Improving Pediatric Epilepsy Diagnosis through Collaborative Innovation

GeneDx, a leader in genomic insights, has launched a groundbreaking Patient Access Program aimed at transforming the diagnostic landscape for pediatric epilepsy. This initiative, in collaboration with Biogen, Praxis Precision Medicines, and Stoke Therapeutics, addresses the significant challenges faced by families navigating the lengthy 5–8-year journey to obtain definitive genetic diagnoses for children with epilepsy. The project acknowledges that while over 700 genes are linked to seizure disorders, most commercial gene panels only test for less than 50% of these, making whole exome sequencing a critical tool for accurate diagnosis. By enhancing access to this advanced testing method, the program is poised to improve the diagnostic yield significantly—offering genetic diagnoses to nearly 25% of seizure patients, compared to just 19% from traditional panels.
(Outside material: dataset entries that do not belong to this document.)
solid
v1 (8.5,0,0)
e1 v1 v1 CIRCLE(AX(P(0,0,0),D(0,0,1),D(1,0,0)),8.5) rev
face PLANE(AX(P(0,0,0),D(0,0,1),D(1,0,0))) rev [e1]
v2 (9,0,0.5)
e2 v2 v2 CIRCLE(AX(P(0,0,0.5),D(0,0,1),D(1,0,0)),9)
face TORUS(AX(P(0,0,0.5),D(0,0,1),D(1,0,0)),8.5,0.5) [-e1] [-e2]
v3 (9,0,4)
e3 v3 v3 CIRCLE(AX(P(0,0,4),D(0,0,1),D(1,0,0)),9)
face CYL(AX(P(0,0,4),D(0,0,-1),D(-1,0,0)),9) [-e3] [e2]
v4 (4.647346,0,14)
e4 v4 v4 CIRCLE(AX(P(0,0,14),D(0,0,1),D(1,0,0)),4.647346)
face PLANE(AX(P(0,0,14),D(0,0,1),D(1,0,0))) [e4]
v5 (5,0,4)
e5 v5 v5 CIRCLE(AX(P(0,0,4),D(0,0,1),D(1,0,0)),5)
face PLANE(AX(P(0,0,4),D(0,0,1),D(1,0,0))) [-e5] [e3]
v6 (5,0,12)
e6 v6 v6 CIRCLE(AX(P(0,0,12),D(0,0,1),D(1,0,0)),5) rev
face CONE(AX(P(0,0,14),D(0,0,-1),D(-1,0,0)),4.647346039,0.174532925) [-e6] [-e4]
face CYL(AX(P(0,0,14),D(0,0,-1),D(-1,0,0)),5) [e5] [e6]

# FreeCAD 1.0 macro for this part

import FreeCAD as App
import Part
import Sketcher
from FreeCAD import Vector


def edges_at(feature, points):
    """Names of the edges that pass closest to the given points."""
    edges = feature.Shape.Edges
    near = lambda p: min(range(len(edges)), key=lambda i: edges[i].distToShape(Part.Vertex(*p))[0])
    return sorted({f"Edge{near(p) + 1}" for p in points})

doc = App.newDocument("Part")
body = doc.addObject("PartDesign::Body", "Body")

# Sketch on XY plane
sketch1 = doc.addObject("Sketcher::SketchObject", "Sketch")
body.addObject(sketch1)
sketch1.AttachmentSupport = (doc.XY_Plane, [""])
sketch1.MapMode = "FlatFace"
sketch1.addGeometry(Part.Circle(Vector(0, 0, 0), Vector(0, 0, 1), 9), False)
sketch1.addConstraint([
    Sketcher.Constraint("Coincident", 0, 3, -1, 1),
    Sketcher.Constraint("Diameter", 0, 18.0),
])
pad1 = doc.addObject("PartDesign::Pad", "Pad")
body.addObject(pad1)
pad1.Profile = sketch1
pad1.Length = 4

# Sketch on XY plane
sketch2 = doc.addObject("Sketcher::SketchObject", "Sketch001")
body.addObject(sketch2)
sketch2.AttachmentSupport = (doc.XY_Plane, [""])
sketch2.MapMode = "FlatFace"
sketch2.AttachmentOffset = App.Placement(Vector(0, 0, 4), App.Rotation())
sketch2.addGeometry(Part.Circle(Vector(0, 0, 0), Vector(0, 0, 1), 5), False)
sketch2.addConstraint([
    Sketcher.Constraint("Coincident", 0, 3, -1, 1),
    Sketcher.Constraint("Diameter", 0, 10.0),
])
pad2 = doc.addObject("PartDesign::Pad", "Pad001")
body.addObject(pad2)
pad2.Profile = sketch2
pad2.Length = 10
doc.recompute()

fillet = doc.addObject("PartDesign::Fillet", "Fillet")
body.addObject(fillet)
fillet.Base = (pad2, edges_at(pad2, [(-9, 0, 0)]))
fillet.Radius = 0.5
doc.recompute()

chamfer = doc.addObject("PartDesign::Chamfer", "Chamfer")
body.addObject(chamfer)
chamfer.Base = (fillet, edges_at(fillet, [(-5, 0, 14)]))
chamfer.ChamferType = "Two distances"
chamfer.Size = 2
chamfer.Size2 = 0.352654

doc.recompute()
The initiative is particularly timely given the American Epilepsy Society and the National Society of Genetic Counselors’ recommendations for whole exome sequencing as a first-line approach for unexplained epilepsy. Despite the clear clinical advantages, disparities in access to genetic testing have historically impeded equitable care, resulting in prolonged diagnostic timelines and emotional distress for families. GeneDx's program is designed to lower these barriers, ensuring that more children can receive timely and accurate diagnoses. This effort not only promises to alleviate the burdens on families but also seeks to contribute to the broader understanding of genetic factors in epilepsy, which affects nearly half a million children under 18 in the United States.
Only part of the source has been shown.